If this was indeed a common fixed saying as Demiurge suggested, why not just look up how it was translated in the past?


----------



## berndf

brewzer said:


> Well, Godspeed is not an option. That is a phrase that is meant specifically for when someone is starting off on a journey.


Not only but mainly. But that fits. _Mit Gott _is also mainly used when parting company, as in your letter, or when embarking on an endeavour, as in the poem in #10.


----------



## Thersites

"On with God, my friend" (as in "On to Richmond) ? Just brainstorming.


----------



## elroy

If you really want something with “with,” “God be with you” is an option.  The syntax is different, but the meaning is the same.


----------



## brewzer

Thomas(CH) said:


> why not just look up how it was translated in the past?



Where can I do that?


----------



## brewzer

elroy said:


> If you really want something with “with,” “God be with you” is an option.  The syntax is different, but the meaning is the same.



Yeah, "God be with you" seems pretty good. After hearing all the input, and since there doesn't seem to be a "perfect" English equivalent, I'm leaning toward "God be with you" or "Go with God." But as a nervous novice, I'd still be grateful to have any input on one versus the other. Voting is open! Thanks everyone for your help!!


----------



## elroy

If it's between those two, I vote for "God be with you," because I don't think "Go with God" is/was used in English.

By the way, I haven't seen your text and I don't know the purpose of this translation, but more than likely the precise translation of "Nun mit Gott" is the least of your worries.


----------



## berndf

elroy said:


> If it's between those two, I vote for "God be with you," because I don't think "Go with God" is/was used in English.


I still prefer your suggestion _Godspeed_. And so still precisely for the reason @brewzer does _not _like it (see #21).


----------



## brewzer

elroy said:


> least of your worries.


why do you say that??? Haven't all these posts demonstrated that its an unusual phrase? The rest of the translation was a breeze, even for this novice.


----------



## Thersites

brewzer said:


> Yeah, "God be with you" seems pretty good. After hearing all the input, and since there doesn't seem to be a "perfect" English equivalent, I'm leaning toward "God be with you" or "Go with God." But as a nervous novice, I'd still be grateful to have any input on one versus the other. Voting is open! Thanks everyone for your help!
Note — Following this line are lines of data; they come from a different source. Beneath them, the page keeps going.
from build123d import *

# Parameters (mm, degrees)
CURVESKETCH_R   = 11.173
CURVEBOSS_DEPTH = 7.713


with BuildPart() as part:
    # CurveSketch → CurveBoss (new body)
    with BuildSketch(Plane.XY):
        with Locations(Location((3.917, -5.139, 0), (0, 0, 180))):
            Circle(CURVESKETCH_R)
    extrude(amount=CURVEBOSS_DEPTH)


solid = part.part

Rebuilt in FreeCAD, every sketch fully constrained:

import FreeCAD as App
import Part
import Sketcher
Q = App.Units.Quantity

doc = App.newDocument("Part")
body = doc.addObject("PartDesign::Body", "Body")

sketch1 = body.newObject("Sketcher::SketchObject", "Sketch")
sketch1.AttachmentSupport = (doc.getObject("XY_Plane"), [""])
sketch1.MapMode = "FlatFace"
sketch1.addGeometry(Part.Circle(App.Vector(4, -5, 0), App.Vector(0, 0, 1), 11), False)
sketch1.addConstraint([
    Sketcher.Constraint("Diameter", 0, Q("22.346 mm")),
    Sketcher.Constraint("DistanceX", -1, 1, 0, 3, Q("3.917 mm")),
    Sketcher.Constraint("DistanceY", 0, 3, -1, 1, Q("5.139 mm")),
])
pad1 = body.newObject("PartDesign::Pad", "Pad")
pad1.Profile = sketch1
pad1.Length = 7.713

doc.recompute()
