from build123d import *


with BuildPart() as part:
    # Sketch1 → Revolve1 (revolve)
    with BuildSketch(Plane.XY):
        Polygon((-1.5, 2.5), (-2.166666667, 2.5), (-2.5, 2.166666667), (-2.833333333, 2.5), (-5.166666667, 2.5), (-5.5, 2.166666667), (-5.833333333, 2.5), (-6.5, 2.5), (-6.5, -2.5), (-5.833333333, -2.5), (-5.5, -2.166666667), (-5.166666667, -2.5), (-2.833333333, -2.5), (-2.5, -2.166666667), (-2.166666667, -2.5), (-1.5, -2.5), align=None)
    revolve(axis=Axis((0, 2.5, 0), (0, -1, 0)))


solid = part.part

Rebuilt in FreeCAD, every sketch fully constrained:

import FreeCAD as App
import Part
import Sketcher


def add_polygon(sketch, points):
    """Adds a closed chain of lines whose ends are joined by coincident constraints."""
    first, n = sketch.GeometryCount, len(points)
    for a, b in zip(points, points[1:] + points[:1]):
        sketch.addGeometry(Part.LineSegment(App.Vector(*a, 0), App.Vector(*b, 0)), False)
    for i in range(n):
        sketch.addConstraint(Sketcher.Constraint("Coincident", first + i, 2, first + (i + 1) % n, 1))

doc = App.newDocument("Part")
params = doc.addObject("Spreadsheet::Sheet", "Params")
for row, (alias, value) in enumerate([
    ("sketch1_height", "5 mm"),
    ("revolution_angle", "360 deg"),
], start=1):
    params.set(f"A{row}", alias)
    params.set(f"B{row}", "=" + value)
    params.setAlias(f"B{row}", alias)

body = doc.addObject("PartDesign::Body", "Body")

sketch1 = body.newObject("Sketcher::SketchObject", "Sketch")
sketch1.AttachmentSupport = (doc.getObject("XY_Plane"), [""])
sketch1.MapMode = "FlatFace"
add_polygon(sketch1, [(-1.5, 2.5), (-2.166667, 2.5), (-2.5, 2.166667), (-2.833333, 2.5), (-5.166667, 2.5), (-5.5, 2.166667), (-5.833333, 2.5), (-6.5, 2.5), (-6.5, -2.5), (-5.833333, -2.5), (-5.5, -2.166667), (-5.166667, -2.5), (-2.833333, -2.5), (-2.5, -2.166667), (-2.166667, -2.5), (-1.5, -2.5)])
sketch1.addConstraint(Sketcher.Constraint("Horizontal", 0))
sketch1.addConstraint(Sketcher.Constraint("Horizontal", 3))
sketch1.addConstraint(Sketcher.Constraint("Horizontal", 6))
sketch1.addConstraint(Sketcher.Constraint("Vertical", 7))
sketch1.addConstraint(Sketcher.Constraint("Horizontal", 8))
sketch1.addConstraint(Sketcher.Constraint("Horizontal", 11))
sketch1.addConstraint(Sketcher.Constraint("Horizontal", 14))
sketch1.addConstraint(Sketcher.Constraint("Vertical", 15))
sketch1.addConstraint(Sketcher.Constraint("Symmetric", 5, 2, 8, 2, -1))
sketch1.addConstraint(Sketcher.Constraint("Symmetric", 4, 2, 9, 2, -1))
sketch1.addConstraint(Sketcher.Constraint("Symmetric", 3, 2, 10, 2, -1))
sketch1.addConstraint(Sketcher.Constraint("Symmetric", 1, 2, 12, 2, -1))
sketch1.addConstraint(Sketcher.Constraint("Symmetric", 0, 2, 13, 2, -1))
sketch1.addConstraint(Sketcher.Constraint("Perpendicular", 1, 2))
sketch1.addConstraint(Sketcher.Constraint("Perpendicular", 2, 4))
sketch1.addConstraint(Sketcher.Constraint("Perpendicular", 4, 5))
sketch1.addConstraint(Sketcher.Constraint("Perpendicular", 5, 9))
sketch1.addConstraint(Sketcher.Constraint("Perpendicular", 10, 12))
sketch1.addConstraint(Sketcher.Constraint("Horizontal", 0, 2, 2, 2))
sketch1.addConstraint(Sketcher.Constraint("Horizontal", 1, 2, 4, 2))
sketch1.addConstraint(Sketcher.Constraint("Horizontal", 3, 2, 5, 2))
sketch1.addConstraint(Sketcher.Constraint("Equal", 0, 6))
sketch1.addConstraint(Sketcher.Constraint("DistanceY", 7, 2, 7, 1, 5.0))
sketch1.addConstraint(Sketcher.Constraint("DistanceX", 3, 2, 0, 2, 3.0))
sketch1.addConstraint(Sketcher.Constraint("DistanceX", 6, 2, 4, 2, 1.0))
sketch1.addConstraint(Sketcher.Constraint("DistanceX", 1, 2, -1, 1, 2.5))
sketch1.addConstraint(Sketcher.Constraint("DistanceX", 0, 2, 0, 1, 0.666667))
sketch1.setExpression("Constraints[38]", "Params.sketch1_height")
revolution = body.newObject("PartDesign::Revolution", "Revolution")
revolution.Profile = sketch1
revolution.ReferenceAxis = (sketch1, ["V_Axis"])
revolution.setExpression("Angle", "Params.revolution_angle")

doc.recompute()
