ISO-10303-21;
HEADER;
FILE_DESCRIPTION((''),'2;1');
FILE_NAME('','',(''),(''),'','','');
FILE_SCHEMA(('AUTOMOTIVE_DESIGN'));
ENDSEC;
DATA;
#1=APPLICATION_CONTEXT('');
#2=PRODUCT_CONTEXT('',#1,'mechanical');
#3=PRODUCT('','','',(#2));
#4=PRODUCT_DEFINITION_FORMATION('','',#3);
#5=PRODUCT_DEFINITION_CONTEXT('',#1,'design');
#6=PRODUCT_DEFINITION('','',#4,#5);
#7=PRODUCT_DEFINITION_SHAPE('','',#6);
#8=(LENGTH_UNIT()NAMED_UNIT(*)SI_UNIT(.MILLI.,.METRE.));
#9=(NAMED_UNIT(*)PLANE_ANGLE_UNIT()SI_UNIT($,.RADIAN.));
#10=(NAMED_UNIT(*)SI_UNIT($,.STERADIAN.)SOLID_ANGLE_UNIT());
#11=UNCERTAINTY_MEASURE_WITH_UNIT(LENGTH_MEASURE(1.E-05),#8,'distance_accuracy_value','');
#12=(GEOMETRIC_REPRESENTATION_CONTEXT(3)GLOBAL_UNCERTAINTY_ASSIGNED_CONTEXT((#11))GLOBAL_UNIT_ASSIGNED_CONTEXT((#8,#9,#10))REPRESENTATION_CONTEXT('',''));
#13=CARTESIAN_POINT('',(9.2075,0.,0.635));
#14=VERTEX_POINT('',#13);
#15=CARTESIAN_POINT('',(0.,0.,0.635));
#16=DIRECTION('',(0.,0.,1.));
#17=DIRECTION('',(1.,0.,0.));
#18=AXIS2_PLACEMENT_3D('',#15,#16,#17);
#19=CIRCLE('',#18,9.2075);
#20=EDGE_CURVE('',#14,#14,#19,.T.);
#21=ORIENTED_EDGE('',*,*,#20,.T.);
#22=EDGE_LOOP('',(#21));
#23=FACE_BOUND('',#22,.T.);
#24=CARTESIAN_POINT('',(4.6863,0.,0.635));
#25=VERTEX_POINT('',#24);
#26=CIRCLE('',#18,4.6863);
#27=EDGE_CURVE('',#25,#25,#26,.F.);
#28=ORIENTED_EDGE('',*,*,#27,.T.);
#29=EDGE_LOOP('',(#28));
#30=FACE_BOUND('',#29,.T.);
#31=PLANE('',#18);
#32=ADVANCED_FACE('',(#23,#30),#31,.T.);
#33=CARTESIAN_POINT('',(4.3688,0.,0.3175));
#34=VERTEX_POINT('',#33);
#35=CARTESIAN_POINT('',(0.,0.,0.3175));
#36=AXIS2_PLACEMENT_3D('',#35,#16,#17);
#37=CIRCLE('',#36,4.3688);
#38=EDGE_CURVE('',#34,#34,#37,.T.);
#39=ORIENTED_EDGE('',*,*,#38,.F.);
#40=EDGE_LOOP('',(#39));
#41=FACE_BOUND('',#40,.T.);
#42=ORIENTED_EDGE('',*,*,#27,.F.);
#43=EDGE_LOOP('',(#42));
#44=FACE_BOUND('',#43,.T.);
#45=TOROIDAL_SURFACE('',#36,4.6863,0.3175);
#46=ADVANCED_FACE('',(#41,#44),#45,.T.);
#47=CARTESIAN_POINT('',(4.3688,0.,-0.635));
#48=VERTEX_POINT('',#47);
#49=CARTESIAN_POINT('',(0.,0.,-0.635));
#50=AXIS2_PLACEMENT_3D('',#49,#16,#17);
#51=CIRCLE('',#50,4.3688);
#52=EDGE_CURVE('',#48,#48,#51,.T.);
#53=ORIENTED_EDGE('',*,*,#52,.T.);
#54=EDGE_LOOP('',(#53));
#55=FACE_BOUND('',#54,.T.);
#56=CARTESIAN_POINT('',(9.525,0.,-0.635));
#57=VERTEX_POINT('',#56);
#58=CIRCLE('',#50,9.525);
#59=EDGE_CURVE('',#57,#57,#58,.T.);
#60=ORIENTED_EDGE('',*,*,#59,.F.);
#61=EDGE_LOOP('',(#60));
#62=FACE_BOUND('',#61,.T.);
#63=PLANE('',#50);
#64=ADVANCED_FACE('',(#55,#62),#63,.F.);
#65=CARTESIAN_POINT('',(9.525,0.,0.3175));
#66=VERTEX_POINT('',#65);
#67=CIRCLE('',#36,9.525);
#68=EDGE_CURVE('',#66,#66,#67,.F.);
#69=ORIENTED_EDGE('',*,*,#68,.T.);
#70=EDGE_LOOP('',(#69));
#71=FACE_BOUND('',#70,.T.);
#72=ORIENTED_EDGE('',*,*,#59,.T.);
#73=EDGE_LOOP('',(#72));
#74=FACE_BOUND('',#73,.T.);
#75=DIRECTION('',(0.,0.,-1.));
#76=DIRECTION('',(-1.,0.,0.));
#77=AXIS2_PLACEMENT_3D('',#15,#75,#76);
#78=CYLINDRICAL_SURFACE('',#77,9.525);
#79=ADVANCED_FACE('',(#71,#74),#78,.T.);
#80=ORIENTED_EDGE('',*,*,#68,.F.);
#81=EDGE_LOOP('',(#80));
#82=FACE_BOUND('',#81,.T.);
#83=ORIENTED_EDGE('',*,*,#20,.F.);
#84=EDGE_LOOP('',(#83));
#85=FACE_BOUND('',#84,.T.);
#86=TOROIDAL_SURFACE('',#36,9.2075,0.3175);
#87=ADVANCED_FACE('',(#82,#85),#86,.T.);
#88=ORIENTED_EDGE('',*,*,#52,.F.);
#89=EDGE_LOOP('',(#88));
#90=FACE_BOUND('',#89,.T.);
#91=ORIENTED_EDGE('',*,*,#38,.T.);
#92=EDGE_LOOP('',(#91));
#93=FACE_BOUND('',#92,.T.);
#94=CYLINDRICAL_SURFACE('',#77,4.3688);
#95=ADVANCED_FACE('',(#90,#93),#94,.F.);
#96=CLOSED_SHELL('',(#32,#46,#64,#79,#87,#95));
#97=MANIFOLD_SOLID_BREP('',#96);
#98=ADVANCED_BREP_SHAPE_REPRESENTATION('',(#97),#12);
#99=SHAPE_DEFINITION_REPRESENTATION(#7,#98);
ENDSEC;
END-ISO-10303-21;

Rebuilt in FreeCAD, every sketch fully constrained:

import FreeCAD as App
import Part
import Sketcher

V = App.Vector
Q = App.Units.Quantity


def edges_at(feature, points):
    """Names of the edges that pass closest to the given points."""
    edges = feature.Shape.Edges
    near = lambda p: min(range(len(edges)), key=lambda i: edges[i].distToShape(Part.Vertex(*p))[0])
    return sorted({f"Edge{near(p) + 1}" for p in points})

doc = App.newDocument("Part")
body = doc.addObject("PartDesign::Body", "Body")

# Sketch on XY plane
sketch1 = body.newObject("Sketcher::SketchObject", "Sketch")
sketch1.AttachmentSupport = (doc.getObject("XY_Plane"), [""])
sketch1.MapMode = "FlatFace"
sketch1.addGeometry([
    Part.Circle(V(0, 0, 0), V(0, 0, 1), 9.525),
    Part.Circle(V(0, 0, 0), V(0, 0, 1), 4.3688),
], False)
sketch1.addConstraint([
    Sketcher.Constraint("Coincident", 0, 3, -1, 1),
    Sketcher.Constraint("Coincident", 1, 3, -1, 1),
    Sketcher.Constraint("Diameter", 0, Q("0.75 in")),
    Sketcher.Constraint("Diameter", 1, Q("0.344 in")),
])
pad1 = body.newObject("PartDesign::Pad", "Pad")
pad1.Profile = sketch1
pad1.Type = "TwoLengths"
pad1.Length = Q("0.025 in")
pad1.Length2 = Q("0.025 in")
doc.recompute()

fillet = body.newObject("PartDesign::Fillet", "Fillet")
fillet.Base = (pad1, edges_at(pad1, [(-9.525, 0, 0.635), (-4.369, 0, 0.635)]))
fillet.Radius = Q("0.0125 in")

doc.recompute()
If what Demiurg says is true and this was indeed a common expression among the Prussians of that age, then there must be older translations of this around, and I suggest you try to locate some of them.

From the two you specified, the second one is better (if you think that it works in English which I can't tell). Still it misses the"Nun" (and now, on from now).


----------



## elroy

Thomas(CH) said:


> the second one is better.


On what basis?
It matches the German literally, but it’s not idiomatic in English (to my knowledge).  Translation would be really easy if we could just copy syntax without having to worry about idiomaticity.


----------



## elroy

Thomas(CH) said:


> if you think that it works in English


I don’t think it does.


----------



## Thersites

elroy said:


> On what basis?
> It matches the German literally, but it’s not idiomatic in English (to my knowledge).  Translation would be really easy if we could just copy syntax without having to worry about idiomaticity.


Elroy, as for how these work in English, I cannot tell, I need to leave that to the translator.

But the German original

Nun (sei/geh) mit Gott
(Now) (Omission) (With) (God)

to me seems to be better depicted in _Go with God_ than in _God be with you _(the two suggestions of the American translator).


----------



## elroy

The “American translator” is not the only person here who can speak to American English usage.


----------



## Thersites

elroy said:


> The “American translator” is not the only person here who can speak to American English usage.


Then why did he/she suggest it? 😅


----------



## elroy

Because he’s really concerned about matching the original literally. 🤷🏻‍♂️

I am a professional translator and a translation instructor.  I see my students do this all the time.  They get so caught up in the wording of the original that they produce unidiomatic things in the target language that they would never use otherwise.


----------



## Thersites

elroy said:


> I am a professional translator and a translation instructor.


OK sorry


----------



## elroy

Sorry for what?

I only said that to provide the background to what I was about to say.


----------



## berndf

elroy said:


> Because he’s really concerned about matching the original literally. 🤷🏻‍♂️


I don't think so. It is because he misunderstands the context in which the the expression is used:


brewzer said:


> Well, Godspeed is not an option. That is a phrase that is meant specifically for when someone is starting off on a journey.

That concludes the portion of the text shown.